A local inertial frame would see no gravity and would be able to do Special Relativity, for a small region there is no significant curvature. To continue the analogy of the Earth, you wouldn't appreciate curvature in many kilometers, but the local region would be much smaller than the whole patch. Note that any world map (a whole patch) will present distorsion because of curvature, but a small road map won't have any distorsion.

Answer 2

In Riemannian geometry there is a beautiful theorem which states that a manifold with a symmetric connection is locally flat everywhere if and only if the curvature tensor vanishes. Therefore, in a locally flat coordinates such that $\Gamma_{jk}^i=0$, $g_{ij}$ is constant throughout the chart and a linear transformation can be used to diagonalize the metric into flat metric $\eta_{ij}$. In this case, and in this case only, it would be possible to use the flat metric in the whole chart.

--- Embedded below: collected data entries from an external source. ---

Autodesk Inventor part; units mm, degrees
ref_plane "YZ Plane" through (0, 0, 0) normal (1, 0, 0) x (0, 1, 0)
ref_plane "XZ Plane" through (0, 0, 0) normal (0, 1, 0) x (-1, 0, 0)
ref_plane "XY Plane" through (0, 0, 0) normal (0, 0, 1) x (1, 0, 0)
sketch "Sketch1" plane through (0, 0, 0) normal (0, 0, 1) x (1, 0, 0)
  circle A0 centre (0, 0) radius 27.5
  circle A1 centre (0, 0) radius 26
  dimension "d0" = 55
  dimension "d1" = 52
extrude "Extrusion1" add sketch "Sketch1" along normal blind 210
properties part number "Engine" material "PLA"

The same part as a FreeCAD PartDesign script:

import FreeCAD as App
import Part
import Sketcher
from FreeCAD import Vector
Q = App.Units.Quantity

doc = App.newDocument("Part")
body = doc.addObject("PartDesign::Body", "Body")

# Sketch on XY plane
sketch1 = body.newObject("Sketcher::SketchObject", "Sketch")
sketch1.AttachmentSupport = (doc.getObject("XY_Plane"), [""])
sketch1.MapMode = "FlatFace"
sketch1.addGeometry([
    Part.Circle(Vector(0, 0, 0), Vector(0, 0, 1), 27.5),
    Part.Circle(Vector(0, 0, 0), Vector(0, 0, 1), 26),
], False)
sketch1.addConstraint([
    Sketcher.Constraint("Coincident", 0, 3, -1, 1),
    Sketcher.Constraint("Coincident", 1, 3, -1, 1),
    Sketcher.Constraint("Diameter", 0, Q("55 mm")),
    Sketcher.Constraint("Diameter", 1, Q("52 mm")),
])
pad1 = body.newObject("PartDesign::Pad", "Pad")
pad1.Profile = sketch1
pad1.Length = 210

doc.recompute()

This is not the case in general though, because usually the curvature tensor does not vanish. But still is possible to find a coordinate in a point $p$ of the manifold such that $g_{ij}(p)=\eta_{ij}(p)$ as long as the torsion tensor vanishes (which is the case in GR). This is called geodesic coordinates or normal coordinates. But this is done differently for each point $p$ and it does not mean that second derivatives of the metric, and therefore the curvature, is zero and that is the why you cannot extend the flat metric for the whole manifold (unless the curvature vanishes). Remember also that the metric, as a tensor, is independent on the coordinate frame. Although its coordinates $g_{ij}$ change from one frame to another, the abstract object $g=g_{ij}dx^i\otimes dx^j$ remains the same.

Answer 3

$g_{\mu \nu}(x)$ means that $g$ is a function of location ($x$) --- so it varies across the manifold, which is the problem.

I think that if $g \ne g(x)$, then necessarily $g = \eta$ ... Hopefully someone else can chime in on that.

Answer 4

Let $\mathcal{M}$ be the space time manifold, whose local charts (open sets) are described by $U_i$.

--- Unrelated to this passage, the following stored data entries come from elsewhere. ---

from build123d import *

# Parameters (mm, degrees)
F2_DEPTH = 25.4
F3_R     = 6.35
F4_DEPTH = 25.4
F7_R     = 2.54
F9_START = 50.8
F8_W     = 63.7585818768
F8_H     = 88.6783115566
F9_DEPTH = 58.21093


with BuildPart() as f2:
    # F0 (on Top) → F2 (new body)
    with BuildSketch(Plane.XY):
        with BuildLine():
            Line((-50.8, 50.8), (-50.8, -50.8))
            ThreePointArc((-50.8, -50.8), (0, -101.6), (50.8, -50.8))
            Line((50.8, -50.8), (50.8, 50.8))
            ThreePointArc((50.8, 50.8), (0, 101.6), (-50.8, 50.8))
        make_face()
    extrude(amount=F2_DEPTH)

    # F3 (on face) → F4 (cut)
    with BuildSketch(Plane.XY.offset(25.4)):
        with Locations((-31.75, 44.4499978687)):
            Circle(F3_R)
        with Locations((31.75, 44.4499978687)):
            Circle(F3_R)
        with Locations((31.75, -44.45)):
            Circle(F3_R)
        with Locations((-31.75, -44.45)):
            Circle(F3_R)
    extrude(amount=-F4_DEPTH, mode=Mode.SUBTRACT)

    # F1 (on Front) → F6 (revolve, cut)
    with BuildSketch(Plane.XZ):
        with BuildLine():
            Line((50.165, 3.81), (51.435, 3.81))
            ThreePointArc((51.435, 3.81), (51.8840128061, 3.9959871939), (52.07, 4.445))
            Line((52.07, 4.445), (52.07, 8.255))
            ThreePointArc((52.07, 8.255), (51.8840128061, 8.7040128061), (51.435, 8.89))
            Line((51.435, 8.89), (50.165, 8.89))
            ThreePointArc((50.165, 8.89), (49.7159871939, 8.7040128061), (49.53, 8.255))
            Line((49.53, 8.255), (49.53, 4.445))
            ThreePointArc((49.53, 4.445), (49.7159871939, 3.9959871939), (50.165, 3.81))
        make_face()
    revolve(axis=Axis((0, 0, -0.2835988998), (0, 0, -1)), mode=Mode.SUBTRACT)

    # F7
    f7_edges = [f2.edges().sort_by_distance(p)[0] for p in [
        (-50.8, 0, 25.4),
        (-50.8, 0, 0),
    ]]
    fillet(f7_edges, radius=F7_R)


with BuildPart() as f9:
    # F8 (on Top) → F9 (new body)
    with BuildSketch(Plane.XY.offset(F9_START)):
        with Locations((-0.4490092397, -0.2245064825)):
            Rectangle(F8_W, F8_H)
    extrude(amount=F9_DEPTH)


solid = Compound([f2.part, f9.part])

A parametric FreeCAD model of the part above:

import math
import FreeCAD as App
import Part
import Sketcher
Q = App.Units.Quantity


def edges_at(feature, points):
    """Names of the edges that pass closest to the given points."""
    edges = feature.Shape.Edges
    near = lambda p: min(range(len(edges)), key=lambda i: edges[i].distToShape(Part.Vertex(*p))[0])
    return sorted({f"Edge{near(p) + 1}" for p in points})


def add_polygon(sketch, points):
    """Adds a closed chain of lines whose ends are joined by coincident constraints."""
    first, n = sketch.GeometryCount, len(points)
    for a, b in zip(points, points[1:] + points[:1]):
        sketch.addGeometry(Part.LineSegment(App.Vector(*a, 0), App.Vector(*b, 0)), False)
    for i in range(n):
        sketch.addConstraint(Sketcher.Constraint("Coincident", first + i, 2, first + (i + 1) % n, 1))

doc = App.newDocument("Part")
params = doc.addObject("Spreadsheet::Sheet", "Params")
for row, (alias, value) in enumerate([
    ("sketch1_radius", "2 in"),
    ("sketch1_height", "4 in"),
    ("pad1_length", "1 in"),
    ("sketch2_diameter", "0.5 in"),
    ("pocket1_length", "1 in"),
    ("sketch3_radius", "0.025 in"),
    ("sketch3_width", "0.05 in"),
    ("sketch3_height", "0.15 in"),
    ("groove_angle", "360 deg"),
    ("fillet_radius", "0.1 in"),
    ("pad2_length", "58.21093 mm"),
], start=1):
    params.set(f"A{row}", alias)
    params.set(f"B{row}", "=" + value)
    params.setAlias(f"B{row}", alias)

body = doc.addObject("PartDesign::Body", "Body")

sketch1 = body.newObject("Sketcher::SketchObject", "Sketch")
sketch1.AttachmentSupport = (doc.getObject("XY_Plane"), [""])
sketch1.MapMode = "FlatFace"
sketch1.addGeometry([
    Part.LineSegment(App.Vector(-50.8, 50.8, 0), App.Vector(-50.8, -50.8, 0)),
    Part.ArcOfCircle(Part.Circle(App.Vector(0, -50.8, 0), App.Vector(0, 0, 1), 50.8), math.radians(180), math.radians(360)),
    Part.LineSegment(App.Vector(50.8, -50.8, 0), App.Vector(50.8, 50.8, 0)),
    Part.ArcOfCircle(Part.Circle(App.Vector(0, 50.8, 0), App.Vector(0, 0, 1), 50.8), math.radians(0), math.radians(180)),
], False)
sketch1.addConstraint([
    Sketcher.Constraint("Tangent", 0, 2, 1, 1),
    Sketcher.Constraint("Tangent", 1, 2, 2, 1),
    Sketcher.Constraint("Tangent", 2, 2, 3, 1),
    Sketcher.Constraint("Tangent", 3, 2, 0, 1),
    Sketcher.Constraint("Vertical", 0),
    Sketcher.Constraint("Vertical", 2),
    Sketcher.Constraint("Symmetric", 1, 3, 3, 3, -1, 1),
    Sketcher.Constraint("Radius", 1, Q("2 in")),
    Sketcher.Constraint("DistanceY", 0, 2, 0, 1, Q("4 in")),
])
sketch1.setExpression("Constraints[7]", "Params.sketch1_radius")
sketch1.setExpression("Constraints[8]", "Params.sketch1_height")
pad1 = body.newObject("PartDesign::Pad", "Pad")
pad1.Profile = sketch1
pad1.setExpression("Length", "Params.pad1_length")

sketch2 = body.newObject("Sketcher::SketchObject", "Sketch001")
sketch2.AttachmentSupport = (doc.getObject("XY_Plane"), [""])
sketch2.MapMode = "FlatFace"
sketch2.AttachmentOffset = App.Placement(App.Vector(0, 0, 1 * 25.4), App.Rotation())
sketch2.addGeometry([
    Part.Circle(App.Vector(-31.75, 44.449998, 0), App.Vector(0, 0, 1), 6.35),
    Part.Circle(App.Vector(31.75, 44.449998, 0), App.Vector(0, 0, 1), 6.35),
    Part.Circle(App.Vector(31.75, -44.45, 0), App.Vector(0, 0, 1), 6.35),
    Part.Circle(App.Vector(-31.75, -44.45, 0), App.Vector(0, 0, 1), 6.35),
], False)
sketch2.addConstraint([
    Sketcher.Constraint("Equal", 0, 1),
    Sketcher.Constraint("Equal", 1, 2),
    Sketcher.Constraint("Equal", 2, 3),
    Sketcher.Constraint("Symmetric", 0, 3, 2, 3, -1, 1),
    Sketcher.Constraint("Symmetric", 1, 3, 3, 3, -1, 1),
    Sketcher.Constraint("Symmetric", 0, 3, 1, 3, -2),
    Sketcher.Constraint("Diameter", 0, Q("0.5 in")),
    Sketcher.Constraint("DistanceX", 0, 3, 1, 3, Q("2.5 in")),
    Sketcher.Constraint("DistanceY", 2, 3, 1, 3, Q("3.4999999 in")),
])
sketch2.setExpression("Constraints[6]", "Params.sketch2_diameter")
pocket1 = body.newObject("PartDesign::Pocket", "Pocket")
pocket1.Profile = sketch2
pocket1.setExpression("Length", "Params.pocket1_length")

sketch3 = body.newObject("Sketcher::SketchObject", "Sketch002")
sketch3.AttachmentSupport = (doc.getObject("XZ_Plane"), [""])
sketch3.MapMode = "FlatFace"
sketch3.addGeometry([
    Part.LineSegment(App.Vector(50.165, 3.81, 0), App.Vector(51.435, 3.81, 0)),
    Part.ArcOfCircle(Part.Circle(App.Vector(51.435, 4.445, 0), App.Vector(0, 0, 1), 0.635), math.radians(-90), math.radians(0)),
    Part.LineSegment(App.Vector(52.07, 4.445, 0), App.Vector(52.07, 8.255, 0)),
    Part.ArcOfCircle(Part.Circle(App.Vector(51.435, 8.255, 0), App.Vector(0, 0, 1), 0.635), math.radians(0), math.radians(90)),
    Part.LineSegment(App.Vector(51.435, 8.89, 0), App.Vector(50.165, 8.89, 0)),
    Part.ArcOfCircle(Part.Circle(App.Vector(50.165, 8.255, 0), App.Vector(0, 0, 1), 0.635), math.radians(90), math.radians(180)),
    Part.LineSegment(App.Vector(49.53, 8.255, 0), App.Vector(49.53, 4.445, 0)),
    Part.ArcOfCircle(Part.Circle(App.Vector(50.165, 4.445, 0), App.Vector(0, 0, 1), 0.635), math.radians(180), math.radians(270)),
], False)
sketch3.addConstraint([
    Sketcher.Constraint("Tangent", 0, 2, 1, 1),
    Sketcher.Constraint("Tangent", 1, 2, 2, 1),
    Sketcher.Constraint("Tangent", 2, 2, 3, 1),
    Sketcher.Constraint("Tangent", 3, 2, 4, 1),
    Sketcher.Constraint("Tangent", 4, 2, 5, 1),
    Sketcher.Constraint("Tangent", 5, 2, 6, 1),
    Sketcher.Constraint("Tangent", 6, 2, 7, 1),
    Sketcher.Constraint("Tangent", 7, 2, 0, 1),
    Sketcher.Constraint("Horizontal", 0),
    Sketcher.Constraint("Vertical", 2),
    Sketcher.Constraint("Horizontal", 4),
    Sketcher.Constraint("Vertical", 6),
    Sketcher.Constraint("Equal", 1, 3),
    Sketcher.Constraint("Equal", 3, 5),
    Sketcher.Constraint("Equal", 5, 7),
    Sketcher.Constraint("Radius", 1, Q("0.025 in")),
    Sketcher.Constraint("DistanceX", 0, 1, 0, 2, Q("0.05 in")),
    Sketcher.Constraint("DistanceY", 2, 1, 2, 2, Q("0.15 in")),
    Sketcher.Constraint("DistanceY", -1, 1, 0, 2, Q("0.15 in")),
    Sketcher.Constraint("DistanceX", -1, 1, 1, 2, Q("2.05 in")),
])
sketch3.setExpression("Constraints[15]", "Params.sketch3_radius")
sketch3.setExpression("Constraints[16]", "Params.sketch3_width")
sketch3.setExpression("Constraints[17]", "Params.sketch3_height")
groove = body.newObject("PartDesign::Groove", "Groove")
groove.Profile = sketch3
groove.ReferenceAxis = (sketch3, ["V_Axis"])
groove.setExpression("Angle", "Params.groove_angle")
doc.recompute()

fillet = body.newObject("PartDesign::Fillet", "Fillet")
fillet.Base = (groove, edges_at(groove, [(-50.8, 0, 25.4), (-50.8, 0, 0)]))
fillet.setExpression("Radius", "Params.fillet_radius")
body2 = doc.addObject("PartDesign::Body", "Body001")

sketch4 = body2.newObject("Sketcher::SketchObject", "Sketch003")
sketch4.AttachmentSupport = (doc.getObject("XY_Plane001"), [""])
sketch4.MapMode = "FlatFace"
sketch4.AttachmentOffset = App.Placement(App.Vector(0, 0, 2 * 25.4), App.Rotation())
add_polygon(sketch4, [(-32.3283, 44.114649), (-32.3283, -44.563662), (31.430282, -44.563662), (31.430282, 44.114649)])
sketch4.addConstraint([
    Sketcher.Constraint("Vertical", 0),
    Sketcher.Constraint("Horizontal", 1),
    Sketcher.Constraint("Vertical", 2),
    Sketcher.Constraint("Horizontal", 3),
    Sketcher.Constraint("DistanceX", 1, 1, 1, 2, Q("63.758582 mm")),
    Sketcher.Constraint("DistanceY", 0, 2, 0, 1, Q("88.678312 mm")),
    Sketcher.Constraint("DistanceX", 0, 2, -1, 1, Q("32.3283 mm")),
    Sketcher.Constraint("DistanceY", -1, 1, 2, 2, Q("44.114649 mm")),
])
pad2 = body2.newObject("PartDesign::Pad", "Pad001")
pad2.Profile = sketch4
pad2.setExpression("Length", "Params.pad2_length")

doc.recompute()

A local coordinate frame $S_i$ is a map $\xi\colon U_i\mapsto \mathbb{R}^N$ such that $\xi(m) = (x_1,\ldots,x_N) \in \mathbb{R}^N, m\,\in U_i$. Let, moreover, $g$ be a $(0,2)$ rank tensor (the metric).

A change of coordinates is any smooth invertible map $f\colon U_i\mapsto U_j$. Under such map the element $\alpha$ of the cotangent bundle transform as $\alpha'(x') = f_*(x)\alpha(x)$, with $f_*$ being the pullback of the map $f$.

It might be possible, given a pair of charts $(U_i,U_j)$, to find $f$ such that the new metric as calculated in $U_j$ will result proportional to the old one in $U_i$; however, since the form $f$ is strongly dependent on the charts and on the point, applying the same $f_*$ to another chart $U_k$ might not do the job (actually, the map $f$ might not even be defined on other charts).

Linear transformations are a very special case because the Jacobian matrix does not depend on the point, since after taking derivatives the dependence on $x$ disappears. This allows to easily extend them to the entire manifold, whereas that may not be possible for any other (non-linear) change of coordinates.

Answer 5

Manifolds are defined such that locally they look like Euclidean space; this is why we call them smooth manifolds.

A riemannian manifold is a manifold that locally has some inner product structure, ie a way of measuring length and angles.

Lengths and angles are invariants, hence will have an invariant expression in terms of a local coordinate basis; and hence also a transformation law.

Essentially, locally all you're doing is doing linear algebra.